農園写真はイメージです Photo:PIXTA

兵庫県淡路島を拠点に自然農法の実践に取り組む筆者。一般的な貸し農園では割り当てられたエリアで自分の作物を育てるのみで完結するが、彼の農園では、参加者同士でノウハウや考えをシェアするのだという。助け合いと成長を促す「ファームシャングリラ」構想の真髄に迫る。※本稿は、山岸 暢『ファームシャングリラ 農業で叶える人と自然が共生する未来』(幻冬舎メディアコンサルティング)の一部を抜粋・編集したものです。

農業を通じて
幸せな社会の実現を目指す

 人類がこれからの目指すべき生き方を具現化する活動を、私は「ファームシャングリラ」と名付けています。シャングリラとはユートピアとも呼ばれ、一般的には理想郷と同じ意味です。語源は作家ジェームズ・ヒルトンが、1933年に出版した『失われた地平線』という長編小説に描写されるチベット山中の理想郷に由来します。平和への願いを込めて名付けられたため、「シャングリラ=平和の象徴」として広まりました。

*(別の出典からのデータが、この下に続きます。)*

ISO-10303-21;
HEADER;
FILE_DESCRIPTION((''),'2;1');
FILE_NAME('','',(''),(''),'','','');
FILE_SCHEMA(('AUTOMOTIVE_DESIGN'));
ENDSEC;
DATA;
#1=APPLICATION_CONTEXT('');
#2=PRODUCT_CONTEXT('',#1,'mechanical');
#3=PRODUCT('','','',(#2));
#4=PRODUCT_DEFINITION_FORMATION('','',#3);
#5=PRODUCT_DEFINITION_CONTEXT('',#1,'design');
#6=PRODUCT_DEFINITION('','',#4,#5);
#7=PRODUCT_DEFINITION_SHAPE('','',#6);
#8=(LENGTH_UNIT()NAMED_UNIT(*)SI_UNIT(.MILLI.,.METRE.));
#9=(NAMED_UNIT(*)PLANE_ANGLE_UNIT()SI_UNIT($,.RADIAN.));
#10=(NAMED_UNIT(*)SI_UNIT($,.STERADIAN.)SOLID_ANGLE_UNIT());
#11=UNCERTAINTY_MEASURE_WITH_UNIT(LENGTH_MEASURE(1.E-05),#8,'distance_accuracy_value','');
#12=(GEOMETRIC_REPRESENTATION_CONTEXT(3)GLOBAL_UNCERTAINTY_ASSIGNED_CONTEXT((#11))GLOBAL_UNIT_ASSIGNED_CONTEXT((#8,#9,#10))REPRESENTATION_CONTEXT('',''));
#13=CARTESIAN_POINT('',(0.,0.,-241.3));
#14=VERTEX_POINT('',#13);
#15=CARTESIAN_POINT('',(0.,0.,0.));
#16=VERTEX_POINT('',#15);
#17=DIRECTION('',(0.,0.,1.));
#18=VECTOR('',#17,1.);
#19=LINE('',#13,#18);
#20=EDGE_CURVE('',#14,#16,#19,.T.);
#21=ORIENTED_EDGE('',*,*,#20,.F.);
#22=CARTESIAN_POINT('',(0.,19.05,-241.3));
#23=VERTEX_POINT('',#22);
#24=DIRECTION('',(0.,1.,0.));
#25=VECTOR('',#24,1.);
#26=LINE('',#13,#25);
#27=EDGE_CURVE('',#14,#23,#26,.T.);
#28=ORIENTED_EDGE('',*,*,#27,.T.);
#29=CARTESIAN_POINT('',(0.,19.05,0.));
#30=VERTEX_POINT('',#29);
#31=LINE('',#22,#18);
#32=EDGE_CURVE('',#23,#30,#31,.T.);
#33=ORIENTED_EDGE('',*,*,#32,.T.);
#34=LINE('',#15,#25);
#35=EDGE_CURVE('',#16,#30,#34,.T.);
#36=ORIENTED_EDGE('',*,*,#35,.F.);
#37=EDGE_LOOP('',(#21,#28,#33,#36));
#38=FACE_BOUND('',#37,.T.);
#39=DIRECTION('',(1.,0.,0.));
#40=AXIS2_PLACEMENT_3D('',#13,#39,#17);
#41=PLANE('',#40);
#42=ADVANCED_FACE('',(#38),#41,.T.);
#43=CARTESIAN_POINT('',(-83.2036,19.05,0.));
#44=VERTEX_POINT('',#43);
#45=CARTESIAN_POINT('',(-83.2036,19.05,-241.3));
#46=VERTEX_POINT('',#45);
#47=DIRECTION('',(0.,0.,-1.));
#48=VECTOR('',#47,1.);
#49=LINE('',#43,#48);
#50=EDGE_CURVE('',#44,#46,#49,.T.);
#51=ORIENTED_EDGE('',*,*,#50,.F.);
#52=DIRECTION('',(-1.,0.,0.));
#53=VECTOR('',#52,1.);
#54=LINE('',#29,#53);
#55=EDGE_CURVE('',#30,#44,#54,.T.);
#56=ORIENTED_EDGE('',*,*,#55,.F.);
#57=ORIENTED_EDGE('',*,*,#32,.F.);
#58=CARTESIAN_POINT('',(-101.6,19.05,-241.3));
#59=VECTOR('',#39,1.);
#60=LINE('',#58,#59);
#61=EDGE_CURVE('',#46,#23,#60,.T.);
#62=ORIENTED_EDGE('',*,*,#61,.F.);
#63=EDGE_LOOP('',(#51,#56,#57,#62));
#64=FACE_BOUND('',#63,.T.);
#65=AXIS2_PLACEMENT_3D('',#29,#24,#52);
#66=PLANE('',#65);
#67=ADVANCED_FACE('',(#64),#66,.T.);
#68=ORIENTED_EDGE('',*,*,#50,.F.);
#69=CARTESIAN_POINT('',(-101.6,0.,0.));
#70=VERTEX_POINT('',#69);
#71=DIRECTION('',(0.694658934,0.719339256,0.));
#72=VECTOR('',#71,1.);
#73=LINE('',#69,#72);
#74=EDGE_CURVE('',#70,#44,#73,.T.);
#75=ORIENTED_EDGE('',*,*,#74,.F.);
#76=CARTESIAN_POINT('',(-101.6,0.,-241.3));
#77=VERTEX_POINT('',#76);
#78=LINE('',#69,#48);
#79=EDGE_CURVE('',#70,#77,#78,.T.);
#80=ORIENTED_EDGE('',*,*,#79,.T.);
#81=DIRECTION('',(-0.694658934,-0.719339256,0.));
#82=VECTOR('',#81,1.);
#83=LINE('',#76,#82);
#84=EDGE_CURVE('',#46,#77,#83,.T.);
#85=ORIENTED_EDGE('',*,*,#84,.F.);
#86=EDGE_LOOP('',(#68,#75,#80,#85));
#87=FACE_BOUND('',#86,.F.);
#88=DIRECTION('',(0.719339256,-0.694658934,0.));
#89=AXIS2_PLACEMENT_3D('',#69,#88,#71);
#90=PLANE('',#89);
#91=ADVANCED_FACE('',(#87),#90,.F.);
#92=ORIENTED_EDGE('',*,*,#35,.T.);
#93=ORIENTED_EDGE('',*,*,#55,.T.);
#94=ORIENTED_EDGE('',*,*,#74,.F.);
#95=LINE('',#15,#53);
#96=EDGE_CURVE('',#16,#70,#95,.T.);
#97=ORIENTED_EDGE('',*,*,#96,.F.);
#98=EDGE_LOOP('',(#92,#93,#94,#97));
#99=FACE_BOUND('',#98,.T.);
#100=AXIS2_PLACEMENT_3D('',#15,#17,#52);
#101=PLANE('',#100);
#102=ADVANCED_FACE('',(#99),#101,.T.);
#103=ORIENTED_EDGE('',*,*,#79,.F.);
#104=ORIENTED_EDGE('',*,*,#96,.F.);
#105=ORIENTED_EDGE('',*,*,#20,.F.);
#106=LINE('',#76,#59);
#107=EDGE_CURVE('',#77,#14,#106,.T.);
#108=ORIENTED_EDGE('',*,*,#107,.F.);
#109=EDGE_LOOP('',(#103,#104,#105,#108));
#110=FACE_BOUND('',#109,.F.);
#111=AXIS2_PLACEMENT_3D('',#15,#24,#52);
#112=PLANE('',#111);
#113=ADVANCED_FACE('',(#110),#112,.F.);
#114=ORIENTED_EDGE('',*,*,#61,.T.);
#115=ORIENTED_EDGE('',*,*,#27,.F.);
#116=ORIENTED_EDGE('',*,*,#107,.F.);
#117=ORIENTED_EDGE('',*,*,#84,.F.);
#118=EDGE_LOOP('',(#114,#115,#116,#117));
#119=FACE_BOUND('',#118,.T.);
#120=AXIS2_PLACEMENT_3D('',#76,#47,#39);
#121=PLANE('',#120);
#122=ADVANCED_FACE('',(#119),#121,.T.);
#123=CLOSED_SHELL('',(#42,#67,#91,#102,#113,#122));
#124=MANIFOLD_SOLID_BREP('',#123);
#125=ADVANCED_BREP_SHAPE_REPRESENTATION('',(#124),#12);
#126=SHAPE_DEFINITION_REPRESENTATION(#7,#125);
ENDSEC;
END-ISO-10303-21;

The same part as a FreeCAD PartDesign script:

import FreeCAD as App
import Part
import Sketcher

V = App.Vector
Q = App.Units.Quantity

doc = App.newDocument("Part")
params = doc.addObject("Spreadsheet::Sheet", "Params")
for row, (alias, value) in enumerate([
    ("sketch1_width", "4 in"),
    ("sketch1_height", "9.5 in"),
    ("pad1_length", "0.75 in"),
    ("sketch2_height", "0.75 in"),
    ("pocket1_length", "10 in"),
], start=1):
    params.set(f"A{row}", alias)
    params.set(f"B{row}", "=" + value)
    params.setAlias(f"B{row}", alias)

body = doc.addObject("PartDesign::Body", "Body")

# Sketch on XZ plane
sketch1 = body.newObject("Sketcher::SketchObject", "Sketch")
sketch1.AttachmentSupport = (doc.getObject("XZ_Plane"), [""])
sketch1.MapMode = "FlatFace"
sketch1.addGeometry([
    Part.LineSegment(V(-102, 0, 0), V(0, 0, 0)),
    Part.LineSegment(V(0, 0, 0), V(0, -241, 0)),
    Part.LineSegment(V(0, -241, 0), V(-102, -241, 0)),
    Part.LineSegment(V(-102, -241, 0), V(-102, 0, 0)),
], False)
sketch1.addConstraint([
    Sketcher.Constraint("Coincident", 0, 2, 1, 1),
    Sketcher.Constraint("Coincident", 1, 2, 2, 1),
    Sketcher.Constraint("Coincident", 2, 2, 3, 1),
    Sketcher.Constraint("Coincident", 3, 2, 0, 1),
    Sketcher.Constraint("Horizontal", 0),
    Sketcher.Constraint("Vertical", 1),
    Sketcher.Constraint("Horizontal", 2),
    Sketcher.Constraint("Vertical", 3),
    Sketcher.Constraint("Coincident", 0, 2, -1, 1),
    Sketcher.Constraint("DistanceX", 0, 1, 0, 2, Q("4 in")),
    Sketcher.Constraint("DistanceY", 1, 2, 1, 1, Q("9.5 in")),
])
sketch1.setExpression("Constraints[9]", "Params.sketch1_width")
sketch1.setExpression("Constraints[10]", "Params.sketch1_height")
pad1 = body.newObject("PartDesign::Pad", "Pad")
pad1.Profile = sketch1
pad1.setExpression("Length", "Params.pad1_length")
pad1.Reversed = True

# Sketch on XY plane
sketch2 = body.newObject("Sketcher::SketchObject", "Sketch001")
sketch2.AttachmentSupport = (doc.getObject("XY_Plane"), [""])
sketch2.MapMode = "FlatFace"
sketch2.addGeometry([
    Part.LineSegment(V(-102, 19, 0), V(-102, 0, 0)),
    Part.LineSegment(V(-102, 0, 0), V(-83, 19, 0)),
    Part.LineSegment(V(-83, 19, 0), V(-102, 19, 0)),
], False)
sketch2.addConstraint([
    Sketcher.Constraint("Coincident", 0, 2, 1, 1),
    Sketcher.Constraint("Coincident", 1, 2, 2, 1),
    Sketcher.Constraint("Coincident", 2, 2, 0, 1),
    Sketcher.Constraint("Vertical", 0),
    Sketcher.Constraint("Horizontal", 2),
    Sketcher.Constraint("PointOnObject", 0, 2, -1),
    Sketcher.Constraint("DistanceX", 0, 2, -1, 1, Q("4 in")),
    Sketcher.Constraint("Angle", 1, Q("46 deg")),
    Sketcher.Constraint("DistanceY", 0, 2, 0, 1, Q("0.75 in")),
])
sketch2.setExpression("Constraints[8]", "Params.sketch2_height")
pocket1 = body.newObject("PartDesign::Pocket", "Pocket")
pocket1.Profile = sketch2
pocket1.setExpression("Length", "Params.pocket1_length")

doc.recompute()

 私はファームシャングリラで「みんなのしあわせがわたしのしあわせ」をモットーに、農業を通じて幸せな社会を実現していくことを目指しています。具体的には、農地での活動を通じて、それぞれの個人が得た知識や経験を共有し、互いに学び合う場を築いていくことを重要視しています。

 私たちの目的は、単にコミュニティを形成することだけではありません。私たちは、農業を通じて人々がともに成長し、互いに支え合い、幸せな生活を創り出す社会の実現を目指しています。農業の実践を通じて、知識や経験を共有し、互いに助け合いながら、より持続可能で豊かな暮らしを築いていくことが私たちの目標です。

 ファームシャングリラ構想の初期段階では、「地球にやさしく、みんなでみんなの命輝く安全な野菜を育てる」を基本コンセプトとして、1つの農園で参加者全員が野菜を育てる方法を打ち立てていました。従来の貸し農園(レンタル農園)のような自分の農地エリアと他人の農地エリアとの境界を、あえて引かないという考え方です。

 貸し農園では、自分の場所で自分の野菜を育てるという方法で完結しますが、裏を返せば隣も向かいも、自分のところ以外は関係ないという世界が生まれていきます。仮に大雨の被害で畑がやられてしまったとしたら、自分が回復作業をするのはきっと自分の畑だけでいいことになり、他人の畑の面倒も見ることまで考えの及ぶ人は少ないと思います。